Labortechnische Fertigung der BioBiteCorrector Sleep Appliance

Labortechnische Fertigung der BioBiteCorrector Sleep Appliance

Dr. Enrico Pasin, Kieferorthopäde aus Bad Reichenhall, erläutert Schritt für Schritt die Herstellung der von ihm entwickelten BBC SA-Apparatur.    

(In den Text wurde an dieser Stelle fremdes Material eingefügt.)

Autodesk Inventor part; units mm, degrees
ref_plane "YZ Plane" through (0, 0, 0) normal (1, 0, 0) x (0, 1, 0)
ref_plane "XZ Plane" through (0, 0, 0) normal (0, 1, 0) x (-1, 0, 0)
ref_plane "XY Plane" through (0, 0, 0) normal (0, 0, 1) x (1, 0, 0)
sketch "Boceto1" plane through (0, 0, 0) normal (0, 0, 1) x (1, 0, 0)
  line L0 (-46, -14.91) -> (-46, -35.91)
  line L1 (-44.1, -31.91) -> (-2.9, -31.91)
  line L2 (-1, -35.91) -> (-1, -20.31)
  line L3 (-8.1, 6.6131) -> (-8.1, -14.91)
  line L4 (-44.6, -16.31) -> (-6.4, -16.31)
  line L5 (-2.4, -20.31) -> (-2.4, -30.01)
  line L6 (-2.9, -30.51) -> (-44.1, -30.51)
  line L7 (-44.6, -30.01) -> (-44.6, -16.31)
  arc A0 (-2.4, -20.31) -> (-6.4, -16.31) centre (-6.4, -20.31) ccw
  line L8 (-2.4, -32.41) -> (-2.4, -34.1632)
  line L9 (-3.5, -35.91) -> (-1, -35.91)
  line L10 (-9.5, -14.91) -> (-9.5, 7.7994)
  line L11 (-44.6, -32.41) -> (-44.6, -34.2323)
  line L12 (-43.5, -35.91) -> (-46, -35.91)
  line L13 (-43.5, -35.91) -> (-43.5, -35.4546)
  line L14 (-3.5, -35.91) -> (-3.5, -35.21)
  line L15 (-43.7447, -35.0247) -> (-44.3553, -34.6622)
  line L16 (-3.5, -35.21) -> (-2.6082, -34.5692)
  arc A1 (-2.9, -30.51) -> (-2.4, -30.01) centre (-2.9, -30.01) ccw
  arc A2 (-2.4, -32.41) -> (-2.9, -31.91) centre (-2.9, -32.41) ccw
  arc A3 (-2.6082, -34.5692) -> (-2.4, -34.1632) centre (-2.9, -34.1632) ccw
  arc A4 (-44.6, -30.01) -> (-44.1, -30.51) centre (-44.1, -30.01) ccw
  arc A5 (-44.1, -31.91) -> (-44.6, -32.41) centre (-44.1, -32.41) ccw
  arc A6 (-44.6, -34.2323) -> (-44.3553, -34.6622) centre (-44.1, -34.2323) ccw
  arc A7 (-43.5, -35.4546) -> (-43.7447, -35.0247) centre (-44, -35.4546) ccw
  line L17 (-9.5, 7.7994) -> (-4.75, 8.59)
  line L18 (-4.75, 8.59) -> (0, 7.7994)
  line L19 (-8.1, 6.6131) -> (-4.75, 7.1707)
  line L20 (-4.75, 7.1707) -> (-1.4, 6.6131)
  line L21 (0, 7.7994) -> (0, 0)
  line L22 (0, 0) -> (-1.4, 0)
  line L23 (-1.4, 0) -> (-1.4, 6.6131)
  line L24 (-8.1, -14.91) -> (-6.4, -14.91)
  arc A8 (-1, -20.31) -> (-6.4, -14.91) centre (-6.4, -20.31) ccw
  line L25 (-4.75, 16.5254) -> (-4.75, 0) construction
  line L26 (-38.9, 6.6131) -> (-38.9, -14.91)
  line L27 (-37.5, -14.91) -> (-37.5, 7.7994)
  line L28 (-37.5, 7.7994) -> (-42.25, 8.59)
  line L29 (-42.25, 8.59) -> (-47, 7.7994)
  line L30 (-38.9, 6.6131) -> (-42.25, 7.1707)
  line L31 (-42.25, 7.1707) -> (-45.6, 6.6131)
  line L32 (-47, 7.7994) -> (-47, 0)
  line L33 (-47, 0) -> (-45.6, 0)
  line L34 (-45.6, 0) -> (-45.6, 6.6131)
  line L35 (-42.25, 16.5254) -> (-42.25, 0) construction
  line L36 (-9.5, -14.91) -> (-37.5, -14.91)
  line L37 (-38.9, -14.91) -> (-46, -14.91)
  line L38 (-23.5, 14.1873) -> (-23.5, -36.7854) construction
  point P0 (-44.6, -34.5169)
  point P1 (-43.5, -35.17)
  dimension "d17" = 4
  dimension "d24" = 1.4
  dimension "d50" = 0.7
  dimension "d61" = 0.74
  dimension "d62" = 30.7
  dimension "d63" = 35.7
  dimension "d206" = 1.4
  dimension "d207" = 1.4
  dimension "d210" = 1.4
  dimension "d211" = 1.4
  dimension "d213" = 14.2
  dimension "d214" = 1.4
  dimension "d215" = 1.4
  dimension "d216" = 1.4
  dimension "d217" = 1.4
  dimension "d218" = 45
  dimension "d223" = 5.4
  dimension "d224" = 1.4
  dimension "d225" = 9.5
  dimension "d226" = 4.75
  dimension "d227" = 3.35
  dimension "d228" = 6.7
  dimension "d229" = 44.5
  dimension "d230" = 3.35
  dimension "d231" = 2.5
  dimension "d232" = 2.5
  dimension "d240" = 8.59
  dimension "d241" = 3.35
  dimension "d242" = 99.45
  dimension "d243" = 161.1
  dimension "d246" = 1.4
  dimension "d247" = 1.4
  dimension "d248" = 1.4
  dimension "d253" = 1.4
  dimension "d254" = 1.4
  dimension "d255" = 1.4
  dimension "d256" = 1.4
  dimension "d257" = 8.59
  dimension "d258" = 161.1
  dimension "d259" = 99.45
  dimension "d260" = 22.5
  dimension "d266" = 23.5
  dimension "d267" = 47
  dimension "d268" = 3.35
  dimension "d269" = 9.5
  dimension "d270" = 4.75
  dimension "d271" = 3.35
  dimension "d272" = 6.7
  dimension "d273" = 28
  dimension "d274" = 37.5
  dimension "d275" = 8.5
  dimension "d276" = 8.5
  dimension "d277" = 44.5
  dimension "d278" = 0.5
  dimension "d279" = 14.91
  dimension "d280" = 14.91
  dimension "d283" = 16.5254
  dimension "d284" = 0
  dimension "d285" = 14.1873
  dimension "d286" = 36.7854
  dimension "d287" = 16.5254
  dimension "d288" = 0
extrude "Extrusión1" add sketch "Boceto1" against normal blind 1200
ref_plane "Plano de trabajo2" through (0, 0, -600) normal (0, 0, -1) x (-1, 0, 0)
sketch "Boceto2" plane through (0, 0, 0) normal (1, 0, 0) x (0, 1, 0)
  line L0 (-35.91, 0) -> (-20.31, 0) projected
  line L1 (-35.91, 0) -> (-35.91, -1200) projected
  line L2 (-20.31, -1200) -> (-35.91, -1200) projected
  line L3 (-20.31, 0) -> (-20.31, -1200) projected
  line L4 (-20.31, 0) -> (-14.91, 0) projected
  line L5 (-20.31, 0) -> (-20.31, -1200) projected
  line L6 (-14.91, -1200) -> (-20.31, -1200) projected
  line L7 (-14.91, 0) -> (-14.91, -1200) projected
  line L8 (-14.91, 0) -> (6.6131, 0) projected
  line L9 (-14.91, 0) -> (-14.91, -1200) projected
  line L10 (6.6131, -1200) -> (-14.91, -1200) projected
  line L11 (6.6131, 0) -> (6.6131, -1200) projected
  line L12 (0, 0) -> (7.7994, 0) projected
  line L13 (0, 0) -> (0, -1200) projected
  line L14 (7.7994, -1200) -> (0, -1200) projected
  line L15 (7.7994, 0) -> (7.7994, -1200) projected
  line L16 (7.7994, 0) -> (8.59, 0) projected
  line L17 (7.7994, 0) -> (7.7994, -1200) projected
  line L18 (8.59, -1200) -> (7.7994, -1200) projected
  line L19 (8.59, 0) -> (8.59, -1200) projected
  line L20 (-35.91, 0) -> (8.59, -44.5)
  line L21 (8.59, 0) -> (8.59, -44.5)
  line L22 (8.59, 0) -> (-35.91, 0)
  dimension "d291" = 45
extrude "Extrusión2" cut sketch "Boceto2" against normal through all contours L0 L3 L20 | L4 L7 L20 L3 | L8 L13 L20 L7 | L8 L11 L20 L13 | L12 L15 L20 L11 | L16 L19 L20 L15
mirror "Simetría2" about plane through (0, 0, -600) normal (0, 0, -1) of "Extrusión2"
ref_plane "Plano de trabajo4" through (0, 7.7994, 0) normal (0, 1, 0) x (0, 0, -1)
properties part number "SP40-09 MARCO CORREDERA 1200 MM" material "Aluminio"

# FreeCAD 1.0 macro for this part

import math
import FreeCAD as App
import Part
import Sketcher

V = App.Vector
Q = App.Units.Quantity

doc = App.newDocument("Part")
body = doc.addObject("PartDesign::Body", "Body")

# Sketch on XY plane
sketch1 = body.newObject("Sketcher::SketchObject", "Sketch")
sketch1.AttachmentSupport = (doc.getObject("XY_Plane"), [""])
sketch1.MapMode = "FlatFace"
sketch1.addGeometry(Part.LineSegment(V(-38.9, -14.91, 0), V(-46, -14.91, 0)), False)
sketch1.addGeometry(Part.LineSegment(V(-46, -14.91, 0), V(-46, -35.91, 0)), False)
sketch1.addGeometry(Part.LineSegment(V(-46, -35.91, 0), V(-43.5, -35.91, 0)), False)
sketch1.addGeometry(Part.LineSegment(V(-43.5, -35.91, 0), V(-43.5, -35.45, 0)), False)
sketch1.addGeometry(Part.ArcOfCircle(Part.Circle(V(-44, -35.45, 0), V(0, 0, 1), 0.5), math.radians(0), math.radians(59)), False)
sketch1.addGeometry(Part.LineSegment(V(-43.74, -35.02, 0), V(-44.36, -34.66, 0)), False)
sketch1.addGeometry(Part.ArcOfCircle(Part.Circle(V(-44.1, -34.23, 0), V(0, 0, 1), 0.5), math.radians(180), math.radians(239)), False)
sketch1.addGeometry(Part.LineSegment(V(-44.6, -34.23, 0), V(-44.6, -32.41, 0)), False)
sketch1.addGeometry(Part.ArcOfCircle(Part.Circle(V(-44.1, -32.41, 0), V(0, 0, 1), 0.5), math.radians(90), math.radians(180)), False)
sketch1.addGeometry(Part.LineSegment(V(-44.1, -31.91, 0), V(-2.9, -31.91, 0)), False)
sketch1.addGeometry(Part.ArcOfCircle(Part.Circle(V(-2.9, -32.41, 0), V(0, 0, 1), 0.5), math.radians(0), math.radians(90)), False)
sketch1.addGeometry(Part.LineSegment(V(-2.4, -32.41, 0), V(-2.4, -34.16, 0)), False)
sketch1.addGeometry(Part.ArcOfCircle(Part.Circle(V(-2.9, -34.16, 0), V(0, 0, 1), 0.5), math.radians(-54), math.radians(0)), False)
sketch1.addGeometry(Part.LineSegment(V(-2.61, -34.57, 0), V(-3.5, -35.21, 0)), False)
sketch1.addGeometry(Part.LineSegment(V(-3.5, -35.21, 0), V(-3.5, -35.91, 0)), False)
sketch1.addGeometry(Part.LineSegment(V(-3.5, -35.91, 0), V(-1, -35.91, 0)), False)
sketch1.addGeometry(Part.LineSegment(V(-1, -35.91, 0), V(-1, -20.31, 0)), False)
sketch1.addGeometry(Part.ArcOfCircle(Part.Circle(V(-6.4, -20.31, 0), V(0, 0, 1), 5.4), math.radians(0), math.radians(90)), False)
sketch1.addGeometry(Part.LineSegment(V(-6.4, -14.91, 0), V(-8.1, -14.91, 0)), False)
sketch1.addGeometry(Part.LineSegment(V(-8.1, -14.91, 0), V(-8.1, 6.61, 0)), False)
sketch1.addGeometry(Part.LineSegment(V(-8.1, 6.61, 0), V(-4.75, 7.17, 0)), False)
sketch1.addGeometry(Part.LineSegment(V(-4.75, 7.17, 0), V(-1.4, 6.61, 0)), False)
sketch1.addGeometry(Part.LineSegment(V(-1.4, 6.61, 0), V(-1.4, 0, 0)), False)
sketch1.addGeometry(Part.LineSegment(V(-1.4, 0, 0), V(0, 0, 0)), False)
sketch1.addGeometry(Part.LineSegment(V(0, 0, 0), V(0, 7.8, 0)), False)
sketch1.addGeometry(Part.LineSegment(V(0, 7.8, 0), V(-4.75, 8.59, 0)), False)
sketch1.addGeometry(Part.LineSegment(V(-4.75, 8.59, 0), V(-9.5, 7.8, 0)), False)
sketch1.addGeometry(Part.LineSegment(V(-9.5, 7.8, 0), V(-9.5, -14.91, 0)), False)
sketch1.addGeometry(Part.LineSegment(V(-9.5, -14.91, 0), V(-37.5, -14.91, 0)), False)
sketch1.addGeometry(Part.LineSegment(V(-37.5, -14.91, 0), V(-37.5, 7.8, 0)), False)
sketch1.addGeometry(Part.LineSegment(V(-37.5, 7.8, 0), V(-42.25, 8.59, 0)), False)
sketch1.addGeometry(Part.LineSegment(V(-42.25, 8.59, 0), V(-47, 7.8, 0)), False)
sketch1.addGeometry(Part.LineSegment(V(-47, 7.8, 0), V(-47, 0, 0)), False)
sketch1.addGeometry(Part.LineSegment(V(-47, 0, 0), V(-45.6, 0, 0)), False)
sketch1.addGeometry(Part.LineSegment(V(-45.6, 0, 0), V(-45.6, 6.61, 0)), False)
sketch1.addGeometry(Part.LineSegment(V(-45.6, 6.61, 0), V(-42.25, 7.17, 0)), False)
sketch1.addGeometry(Part.LineSegment(V(-42.25, 7.17, 0), V(-38.9, 6.61, 0)), False)
sketch1.addGeometry(Part.LineSegment(V(-38.9, 6.61, 0), V(-38.9, -14.91, 0)), False)
sketch1.addGeometry(Part.LineSegment(V(-44.6, -30.01, 0), V(-44.6, -16.31, 0)), False)
sketch1.addGeometry(Part.LineSegment(V(-44.6, -16.31, 0), V(-6.4, -16.31, 0)), False)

 Welche Eigenschaften sollte eine Schnarcherschiene im Idealfall aufweisen? Auf jeden Fall 
sollte sie keine Bisssperrung durch okklusal liegende Retentionen verursachen und den Zungenraum nicht einengen. Von Vorteil wäre des Weiteren, wenn die Apparatur lasergeschweißt wäre und zudem ein vollständig aus biokompatiblem Titan gefertigtes Teleskop bieten würde. Kugelgelenke in Ober- und Unterkiefer sorgen für laterale Unterkieferbewegungen, während Distanzhülsen eine direkte Adjustierbarkeit des Unterkiefers ermöglichen. Über all diese Eigenschaften verfügt die BBC Sleep Appliance mit ihrem individuellen Schienendesign. Sie greift dabei auf das bewährte und grazile BioBiteCorrector-Design mit Mehrfach-Teleskop aus der Kieferorthopädie zurück und gewährleistet einen hohen Sprachkomfort ohne vorheriges Entriegeln (Abb. 1 und 2).

Zur Entwicklung 

 Bereits im Jahr 2011 wurde 
der BioBiteCorrector Classic 
(Abb. 3) als funktionskieferorthopädisches, festsitzendes Gerät zur Korrektur einer Angle-Klasse II-Bisslage in Deutschland vorgestellt. Das Gerät knüpft eng an das Funktionsprinzip einer Herbstapparatur an. Die  Vorverlagerung des Unterkiefers in eine Neutralverzahnung erfolgt allein durch eine Längeneinstellung des Teleskops. Seit 2014 wird die Apparatur weltweit durch die Firma Dentsply 
Sirona Orthodontics vertrieben. Zahlreiche in den letzten Jahren veröffentlichte Artikel und Falldemonstrationen haben gezeigt, dass sich das Gerät im klinischen Praxisalltag bewährt hat und mittlerweile viele Kieferorthopäden begeistert.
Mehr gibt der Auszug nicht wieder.